By now it’s almost 3pm and we’re starving so Rene drives us down to the Bellavista area where there are some restaurants. As we stop at lights, a dishevelled man staggers towards the car, clearly high as a kite, with his hand outstretched for money. Through the windscreen he sees Alex with his long hair and shades on and stops, swaying slightly, before a look of comprehension crosses his face. "Eye-ron may-deen!!" he exclaims. Alex tries to put him right but he just stares and mouths the name again in disbelief. Rene pulls out some pesos and puts them into the man's hands and we drive off, leaving his confused face behind us still thinking he’s just seen a rock star squashed in a cab.

After lunch at a great restaurant called Lomita we drive on to downtown where all the important historical sights lie. Rene fills us in on the political history of Chile, including the events around the death of the socialist president Salvador Allende in 1973 and the nineteen years of military rule under General Pinochet that followed, as we drive around Plaza de la Constitucion and check out the government palace La Moneda where we line up and take photos with the guards.

Further on is the main square, Plaza de Armas, which is full of people and has a fantastic modern sculpture dedicated to the Mapuchas. But the piece de resistance is the absolutely breathtaking cathedral which boasts a jawdroppingly beautiful interior.

By now time is ticking away and we have to race back to the hotel, grab our passes and jump in the vans to head over to the stadium – Estadio Nacional. We arrive about 6.30pm and have a bit of a wander around the pitch amongst the fans while it’s still daylight, taking in the atmosphere, and then Alex is whisked off by Chilean radio to do an interview as a guest of honour. “Welcome all the way from London, England, the editor of Metal Hammer magazine.” Ah, celebrity, eh?!

While Alex does that I check out the first support band, local heroes Kingdom Of Hate. Hmmmmm. Their cacophonous racket is not quite my cup of tea so I go into hospitality which is incredibly swish in this venue, boasting a cocktail bar, fresh sushi made to order and white drapes, sofas and chandeliers. It’s not a bad place to kill a couple of hours before the main event.

And what an event! Tonight’s gig is something very special. 50,000 Chileans are treated to a truly remarkable gig with the band loving every minute and feeding off the fizzing energy and extreme passions of the crowd who sing along to every word at the top of their lungs. Watching tens of thousands of people bouncing up and down in unison and roaring with pleasure as the band race through ‘The Trooper’ is a spectacle to behold.

This being South America, there’s always a surprise, and all of a sudden we are parted and marching in single file through our section and on into the crowd are twenty carabinieri in full riot gear, looking like Terminators. They disappear amongst the audience and into the night, obviously to stop any trouble breaking out, but the celebratory atmosphere means that doesn’t happen.

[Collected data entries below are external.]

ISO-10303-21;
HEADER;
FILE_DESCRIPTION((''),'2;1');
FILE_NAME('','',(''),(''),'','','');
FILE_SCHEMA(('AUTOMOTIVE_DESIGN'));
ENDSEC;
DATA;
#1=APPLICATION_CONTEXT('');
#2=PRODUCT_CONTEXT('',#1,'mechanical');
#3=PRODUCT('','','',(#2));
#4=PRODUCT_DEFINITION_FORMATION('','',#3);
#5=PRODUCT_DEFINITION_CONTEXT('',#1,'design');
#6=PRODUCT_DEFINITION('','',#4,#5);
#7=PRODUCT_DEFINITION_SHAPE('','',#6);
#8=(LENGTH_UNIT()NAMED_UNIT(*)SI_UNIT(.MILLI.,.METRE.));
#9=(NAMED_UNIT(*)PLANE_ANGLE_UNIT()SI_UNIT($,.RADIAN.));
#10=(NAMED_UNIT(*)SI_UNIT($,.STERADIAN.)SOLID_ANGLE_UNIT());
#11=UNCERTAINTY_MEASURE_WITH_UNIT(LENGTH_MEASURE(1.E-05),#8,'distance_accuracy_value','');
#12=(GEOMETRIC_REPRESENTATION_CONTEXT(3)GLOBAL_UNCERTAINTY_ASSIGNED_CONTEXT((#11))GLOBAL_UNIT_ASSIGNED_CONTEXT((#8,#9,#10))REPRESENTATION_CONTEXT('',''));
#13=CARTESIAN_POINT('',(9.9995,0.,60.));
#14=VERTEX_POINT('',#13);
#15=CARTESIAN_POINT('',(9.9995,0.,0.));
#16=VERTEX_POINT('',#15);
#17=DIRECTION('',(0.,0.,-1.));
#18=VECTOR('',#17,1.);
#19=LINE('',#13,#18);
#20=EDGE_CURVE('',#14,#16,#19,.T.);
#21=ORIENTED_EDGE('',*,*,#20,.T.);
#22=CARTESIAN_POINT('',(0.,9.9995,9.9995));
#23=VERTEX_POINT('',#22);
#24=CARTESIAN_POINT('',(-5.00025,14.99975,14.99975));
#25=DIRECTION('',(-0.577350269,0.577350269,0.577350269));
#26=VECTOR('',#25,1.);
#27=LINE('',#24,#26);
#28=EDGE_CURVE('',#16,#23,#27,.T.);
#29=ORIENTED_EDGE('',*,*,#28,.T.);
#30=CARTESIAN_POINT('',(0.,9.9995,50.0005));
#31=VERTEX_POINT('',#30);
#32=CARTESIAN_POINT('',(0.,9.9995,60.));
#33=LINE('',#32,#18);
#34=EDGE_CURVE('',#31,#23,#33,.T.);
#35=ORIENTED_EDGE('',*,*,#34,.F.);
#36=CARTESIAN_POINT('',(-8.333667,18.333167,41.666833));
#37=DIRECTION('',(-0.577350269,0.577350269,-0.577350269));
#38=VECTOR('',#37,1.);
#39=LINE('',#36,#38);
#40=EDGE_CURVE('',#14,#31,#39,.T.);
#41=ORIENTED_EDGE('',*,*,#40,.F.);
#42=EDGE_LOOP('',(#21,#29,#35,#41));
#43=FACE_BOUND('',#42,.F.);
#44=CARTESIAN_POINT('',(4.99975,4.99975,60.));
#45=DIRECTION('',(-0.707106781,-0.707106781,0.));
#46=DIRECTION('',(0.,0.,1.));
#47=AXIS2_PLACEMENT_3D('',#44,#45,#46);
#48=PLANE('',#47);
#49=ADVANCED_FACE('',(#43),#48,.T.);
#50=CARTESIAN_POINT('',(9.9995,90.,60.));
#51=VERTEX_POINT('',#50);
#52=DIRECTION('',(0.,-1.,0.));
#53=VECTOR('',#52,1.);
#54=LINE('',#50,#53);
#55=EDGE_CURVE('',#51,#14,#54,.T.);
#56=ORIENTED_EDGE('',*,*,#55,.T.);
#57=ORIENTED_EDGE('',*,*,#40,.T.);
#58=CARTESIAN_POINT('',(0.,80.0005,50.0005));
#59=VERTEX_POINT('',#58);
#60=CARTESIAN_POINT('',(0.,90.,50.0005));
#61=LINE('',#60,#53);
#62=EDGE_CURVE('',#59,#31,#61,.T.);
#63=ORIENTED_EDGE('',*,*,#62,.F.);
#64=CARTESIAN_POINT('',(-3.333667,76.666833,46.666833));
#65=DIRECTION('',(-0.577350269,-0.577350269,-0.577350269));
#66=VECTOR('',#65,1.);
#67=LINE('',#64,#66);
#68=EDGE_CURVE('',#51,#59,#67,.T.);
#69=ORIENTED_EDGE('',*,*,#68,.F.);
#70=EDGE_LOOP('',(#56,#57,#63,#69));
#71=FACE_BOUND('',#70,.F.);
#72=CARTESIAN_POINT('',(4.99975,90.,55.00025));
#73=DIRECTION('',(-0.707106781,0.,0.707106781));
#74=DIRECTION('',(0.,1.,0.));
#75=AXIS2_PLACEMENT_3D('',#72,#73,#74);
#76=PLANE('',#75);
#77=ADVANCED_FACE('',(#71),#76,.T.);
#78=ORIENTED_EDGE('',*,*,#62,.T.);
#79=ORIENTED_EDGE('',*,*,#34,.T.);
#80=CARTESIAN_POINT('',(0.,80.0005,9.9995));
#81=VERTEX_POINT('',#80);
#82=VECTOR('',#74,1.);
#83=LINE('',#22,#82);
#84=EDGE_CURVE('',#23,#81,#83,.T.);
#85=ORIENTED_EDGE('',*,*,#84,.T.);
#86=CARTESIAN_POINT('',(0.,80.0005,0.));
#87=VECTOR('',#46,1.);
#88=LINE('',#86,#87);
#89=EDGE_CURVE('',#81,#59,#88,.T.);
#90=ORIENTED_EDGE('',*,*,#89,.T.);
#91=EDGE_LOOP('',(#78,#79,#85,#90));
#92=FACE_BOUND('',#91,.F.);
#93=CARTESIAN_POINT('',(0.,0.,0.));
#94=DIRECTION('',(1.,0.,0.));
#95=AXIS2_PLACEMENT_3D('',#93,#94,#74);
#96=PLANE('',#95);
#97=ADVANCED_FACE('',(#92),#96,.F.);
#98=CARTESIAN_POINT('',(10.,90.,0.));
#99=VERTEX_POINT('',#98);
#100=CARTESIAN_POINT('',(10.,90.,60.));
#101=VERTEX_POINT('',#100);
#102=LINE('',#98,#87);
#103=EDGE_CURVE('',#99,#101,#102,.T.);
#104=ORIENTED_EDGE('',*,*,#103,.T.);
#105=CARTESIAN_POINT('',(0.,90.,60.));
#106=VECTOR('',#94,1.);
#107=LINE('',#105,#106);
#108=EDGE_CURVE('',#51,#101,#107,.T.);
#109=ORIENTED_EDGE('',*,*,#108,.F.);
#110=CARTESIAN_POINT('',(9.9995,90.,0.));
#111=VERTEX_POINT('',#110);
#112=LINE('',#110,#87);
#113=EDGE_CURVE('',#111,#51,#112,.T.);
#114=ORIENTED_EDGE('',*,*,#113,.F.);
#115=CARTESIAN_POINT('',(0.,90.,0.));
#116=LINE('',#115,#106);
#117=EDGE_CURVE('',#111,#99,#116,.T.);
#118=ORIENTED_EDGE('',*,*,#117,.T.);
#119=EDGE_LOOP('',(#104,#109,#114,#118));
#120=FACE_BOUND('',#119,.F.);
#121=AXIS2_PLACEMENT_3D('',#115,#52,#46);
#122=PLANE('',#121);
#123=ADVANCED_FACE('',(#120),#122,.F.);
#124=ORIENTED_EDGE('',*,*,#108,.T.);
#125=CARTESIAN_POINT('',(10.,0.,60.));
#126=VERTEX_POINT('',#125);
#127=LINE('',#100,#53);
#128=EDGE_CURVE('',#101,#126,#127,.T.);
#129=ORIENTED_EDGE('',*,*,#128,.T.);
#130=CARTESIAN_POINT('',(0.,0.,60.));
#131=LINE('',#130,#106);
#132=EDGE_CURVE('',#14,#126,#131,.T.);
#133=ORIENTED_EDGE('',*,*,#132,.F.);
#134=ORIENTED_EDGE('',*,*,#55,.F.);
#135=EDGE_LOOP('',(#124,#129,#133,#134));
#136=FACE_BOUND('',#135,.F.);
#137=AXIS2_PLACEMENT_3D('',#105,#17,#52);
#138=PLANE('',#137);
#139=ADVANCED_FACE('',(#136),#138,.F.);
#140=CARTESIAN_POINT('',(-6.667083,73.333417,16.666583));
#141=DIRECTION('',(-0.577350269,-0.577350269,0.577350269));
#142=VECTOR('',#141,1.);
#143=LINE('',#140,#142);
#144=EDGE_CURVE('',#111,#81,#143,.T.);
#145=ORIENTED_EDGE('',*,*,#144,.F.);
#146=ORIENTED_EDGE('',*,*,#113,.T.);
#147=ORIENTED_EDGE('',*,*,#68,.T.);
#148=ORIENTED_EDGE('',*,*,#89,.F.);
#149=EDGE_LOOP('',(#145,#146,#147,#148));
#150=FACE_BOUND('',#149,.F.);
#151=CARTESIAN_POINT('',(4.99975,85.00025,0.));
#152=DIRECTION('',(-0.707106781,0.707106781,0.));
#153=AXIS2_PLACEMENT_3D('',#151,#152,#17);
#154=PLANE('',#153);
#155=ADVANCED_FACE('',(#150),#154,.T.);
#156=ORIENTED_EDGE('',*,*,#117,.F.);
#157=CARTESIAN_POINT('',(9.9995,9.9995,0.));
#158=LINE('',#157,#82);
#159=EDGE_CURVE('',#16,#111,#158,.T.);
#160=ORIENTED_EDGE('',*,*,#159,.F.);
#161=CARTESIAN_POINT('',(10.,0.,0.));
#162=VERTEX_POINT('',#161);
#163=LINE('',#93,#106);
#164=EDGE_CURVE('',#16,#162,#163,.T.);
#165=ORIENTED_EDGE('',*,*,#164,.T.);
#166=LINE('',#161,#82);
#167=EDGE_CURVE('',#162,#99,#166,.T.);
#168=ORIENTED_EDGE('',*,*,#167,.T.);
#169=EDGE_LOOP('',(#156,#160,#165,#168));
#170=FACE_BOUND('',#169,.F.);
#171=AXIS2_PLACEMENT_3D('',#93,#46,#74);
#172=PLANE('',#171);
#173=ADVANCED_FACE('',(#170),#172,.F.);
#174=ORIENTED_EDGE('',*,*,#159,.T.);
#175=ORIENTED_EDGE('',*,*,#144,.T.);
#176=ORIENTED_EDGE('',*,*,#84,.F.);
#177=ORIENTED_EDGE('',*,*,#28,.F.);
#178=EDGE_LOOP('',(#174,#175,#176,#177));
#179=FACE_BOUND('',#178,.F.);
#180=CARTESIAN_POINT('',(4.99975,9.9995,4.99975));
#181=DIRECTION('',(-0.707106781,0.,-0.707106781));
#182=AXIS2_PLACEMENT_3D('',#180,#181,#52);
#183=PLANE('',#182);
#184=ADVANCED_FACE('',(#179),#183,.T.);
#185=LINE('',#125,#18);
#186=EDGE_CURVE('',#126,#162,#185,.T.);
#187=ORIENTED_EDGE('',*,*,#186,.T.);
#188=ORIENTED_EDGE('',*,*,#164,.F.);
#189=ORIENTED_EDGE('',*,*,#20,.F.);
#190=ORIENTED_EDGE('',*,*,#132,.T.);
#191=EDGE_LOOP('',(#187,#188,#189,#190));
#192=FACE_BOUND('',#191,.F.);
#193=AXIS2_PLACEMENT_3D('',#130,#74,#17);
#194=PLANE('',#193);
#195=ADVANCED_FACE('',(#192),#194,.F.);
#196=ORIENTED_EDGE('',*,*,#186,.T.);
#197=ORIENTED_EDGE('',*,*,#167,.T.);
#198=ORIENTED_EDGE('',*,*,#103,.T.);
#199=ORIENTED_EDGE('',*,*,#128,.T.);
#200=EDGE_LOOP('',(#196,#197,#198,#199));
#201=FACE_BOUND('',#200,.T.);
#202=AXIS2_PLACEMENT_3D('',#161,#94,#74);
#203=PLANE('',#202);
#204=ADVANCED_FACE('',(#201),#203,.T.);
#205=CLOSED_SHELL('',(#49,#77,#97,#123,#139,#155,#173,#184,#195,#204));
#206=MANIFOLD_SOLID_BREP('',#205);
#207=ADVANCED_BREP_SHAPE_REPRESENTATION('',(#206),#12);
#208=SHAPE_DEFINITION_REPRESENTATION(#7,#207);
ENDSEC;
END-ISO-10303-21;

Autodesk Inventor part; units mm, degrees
ref_plane "YZ Plane" through (0, 0, 0) normal (1, 0, 0) x (0, 1, 0)
ref_plane "XZ Plane" through (0, 0, 0) normal (0, 1, 0) x (-1, 0, 0)
ref_plane "XY Plane" through (0, 0, 0) normal (0, 0, 1) x (1, 0, 0)
sketch "Sketch1" plane through (0, 0, 0) normal (1, 0, 0) x (0, 1, 0)
  line L0 (0, 0) -> (90, 0)
  line L1 (90, 0) -> (90, 60)
  line L2 (90, 60) -> (0, 60)
  line L3 (0, 60) -> (0, 0)
  dimension "d0" = 90
  dimension "d1" = 60
extrude "Extrusion1" add sketch "Sketch1" along normal blind 10
chamfer "Chamfer1" distance 10 angle 45 1 edges at (0, 0, 30)
chamfer "Chamfer2" distance 10 angle 45 1 edges at (0, 49.9997, 60)
chamfer "Chamfer3" distance 10 angle 45 1 edges at (0, 90, 25.0003)
chamfer "Chamfer4" distance 10 angle 45 1 edges at (0, 45, 0)
properties part number "pied"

Back at the hotel everyone is buzzing about the night, and so thrilled that it was all captured for a DVD. This will be something very special. Alex grabs Rod and both tour managers for further interviews and then we sit with various band members to have a few drinks. It’s 2am when I take my leave, mindful of an early start to get back to the UK tomorrow, but Alex has a fantastic bottle of Pisco shaped like an Easter Island statue sat in front of him – a gift from the backstage staff at the venue – and decides that he’ll need to take the bottle in hand luggage to keep it safe as a souvenir.

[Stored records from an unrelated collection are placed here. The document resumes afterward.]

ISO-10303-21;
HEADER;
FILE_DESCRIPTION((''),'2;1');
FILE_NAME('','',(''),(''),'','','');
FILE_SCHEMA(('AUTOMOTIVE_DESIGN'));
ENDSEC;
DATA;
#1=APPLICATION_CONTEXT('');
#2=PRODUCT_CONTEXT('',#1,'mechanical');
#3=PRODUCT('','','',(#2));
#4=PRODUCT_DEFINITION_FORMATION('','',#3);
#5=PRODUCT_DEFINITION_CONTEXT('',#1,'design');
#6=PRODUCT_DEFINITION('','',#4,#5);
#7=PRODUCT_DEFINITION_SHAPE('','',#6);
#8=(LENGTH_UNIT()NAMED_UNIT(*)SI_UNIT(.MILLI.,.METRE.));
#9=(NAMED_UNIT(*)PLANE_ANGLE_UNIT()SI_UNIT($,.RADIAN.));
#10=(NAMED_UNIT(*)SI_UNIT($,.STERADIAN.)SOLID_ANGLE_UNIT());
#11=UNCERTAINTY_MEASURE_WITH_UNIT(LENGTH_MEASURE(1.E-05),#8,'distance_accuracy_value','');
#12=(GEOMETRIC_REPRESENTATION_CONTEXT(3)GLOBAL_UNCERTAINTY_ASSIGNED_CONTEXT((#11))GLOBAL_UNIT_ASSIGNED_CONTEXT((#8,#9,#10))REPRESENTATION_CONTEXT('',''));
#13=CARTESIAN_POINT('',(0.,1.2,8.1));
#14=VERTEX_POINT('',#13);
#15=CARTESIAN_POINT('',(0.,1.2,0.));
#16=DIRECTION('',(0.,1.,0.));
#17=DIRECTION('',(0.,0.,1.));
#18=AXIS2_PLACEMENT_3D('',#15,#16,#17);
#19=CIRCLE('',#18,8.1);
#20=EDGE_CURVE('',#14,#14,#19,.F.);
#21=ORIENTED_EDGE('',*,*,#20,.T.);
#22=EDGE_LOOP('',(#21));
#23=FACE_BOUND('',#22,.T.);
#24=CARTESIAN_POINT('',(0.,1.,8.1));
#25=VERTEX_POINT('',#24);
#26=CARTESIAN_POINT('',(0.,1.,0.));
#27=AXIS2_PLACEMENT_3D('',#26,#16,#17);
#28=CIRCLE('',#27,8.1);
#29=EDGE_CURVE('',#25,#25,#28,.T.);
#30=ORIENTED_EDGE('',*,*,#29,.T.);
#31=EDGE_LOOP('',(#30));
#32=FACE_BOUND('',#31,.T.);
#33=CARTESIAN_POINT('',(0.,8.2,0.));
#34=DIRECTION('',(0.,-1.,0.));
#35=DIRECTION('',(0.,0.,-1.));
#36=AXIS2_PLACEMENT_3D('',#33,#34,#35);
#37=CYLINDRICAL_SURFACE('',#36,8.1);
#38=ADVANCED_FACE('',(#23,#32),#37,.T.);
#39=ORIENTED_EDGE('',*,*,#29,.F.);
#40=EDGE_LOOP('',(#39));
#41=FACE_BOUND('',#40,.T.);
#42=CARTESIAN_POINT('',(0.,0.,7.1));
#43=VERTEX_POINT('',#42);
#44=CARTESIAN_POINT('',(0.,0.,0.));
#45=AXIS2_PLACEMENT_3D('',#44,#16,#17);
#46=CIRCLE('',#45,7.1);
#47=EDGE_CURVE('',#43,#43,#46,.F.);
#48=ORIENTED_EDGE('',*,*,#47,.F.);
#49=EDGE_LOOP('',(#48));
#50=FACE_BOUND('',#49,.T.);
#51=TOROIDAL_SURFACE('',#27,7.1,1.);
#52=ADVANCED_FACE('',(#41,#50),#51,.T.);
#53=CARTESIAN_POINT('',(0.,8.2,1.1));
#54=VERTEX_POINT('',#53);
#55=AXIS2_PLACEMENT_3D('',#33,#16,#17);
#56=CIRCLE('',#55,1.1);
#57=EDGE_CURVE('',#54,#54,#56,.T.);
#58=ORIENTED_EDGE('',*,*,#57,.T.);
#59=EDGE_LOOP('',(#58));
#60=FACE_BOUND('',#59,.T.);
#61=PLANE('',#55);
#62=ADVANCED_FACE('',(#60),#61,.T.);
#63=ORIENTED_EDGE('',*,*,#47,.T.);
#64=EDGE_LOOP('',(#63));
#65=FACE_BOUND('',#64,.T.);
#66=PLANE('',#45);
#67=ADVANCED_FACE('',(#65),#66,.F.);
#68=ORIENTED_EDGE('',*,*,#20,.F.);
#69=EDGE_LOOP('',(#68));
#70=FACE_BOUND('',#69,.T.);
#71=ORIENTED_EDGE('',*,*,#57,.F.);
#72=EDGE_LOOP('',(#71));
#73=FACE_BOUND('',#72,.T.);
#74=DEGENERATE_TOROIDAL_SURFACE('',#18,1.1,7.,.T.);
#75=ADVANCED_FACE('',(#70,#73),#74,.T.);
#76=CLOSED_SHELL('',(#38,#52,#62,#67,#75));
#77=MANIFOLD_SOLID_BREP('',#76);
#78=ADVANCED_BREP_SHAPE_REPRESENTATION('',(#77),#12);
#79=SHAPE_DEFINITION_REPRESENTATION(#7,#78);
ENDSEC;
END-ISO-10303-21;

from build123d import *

# Parameters (mm, degrees)
SKETCH1_R           = 8.1
BOSS_EXTRUDE1_DEPTH = 8.2
FILLET2_R           = 7
FILLET3_R           = 1


with BuildPart() as part:
    # Sketch1 → Boss-Extrude1 (new body)
    with BuildSketch(Plane(origin=(0, 0, 0), x_dir=(1, 0, 0), z_dir=(0, 1, 0))):
        with Locations(Location((0, 0, 0), (0, 0, 270))):
            Circle(SKETCH1_R)
    extrude(amount=BOSS_EXTRUDE1_DEPTH)

    # Fillet2
    fillet2_edges = [part.edges().sort_by_distance(p)[0] for p in [
        (0, 8.2, -8.1),
    ]]
    fillet(fillet2_edges, radius=FILLET2_R)

    # Fillet3
    fillet3_edges = [part.edges().sort_by_distance(p)[0] for p in [
        (0, 0, -8.1),
    ]]
    fillet(fillet3_edges, radius=FILLET3_R)


solid = part.part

Of course, with the liquid restrictions at the airport this means it’ll have to be empty so the shot glasses are being lined up and the night ahead looks long. I say my goodbyes to everyone, thanking them all for such a great trip and remind Alex we’re meeting downstairs in the lobby in a few hours time for a marathon 26-hour journey back to the UK. He just grins and tells me he'll see me later. It’ll be dark glasses all the way I fear!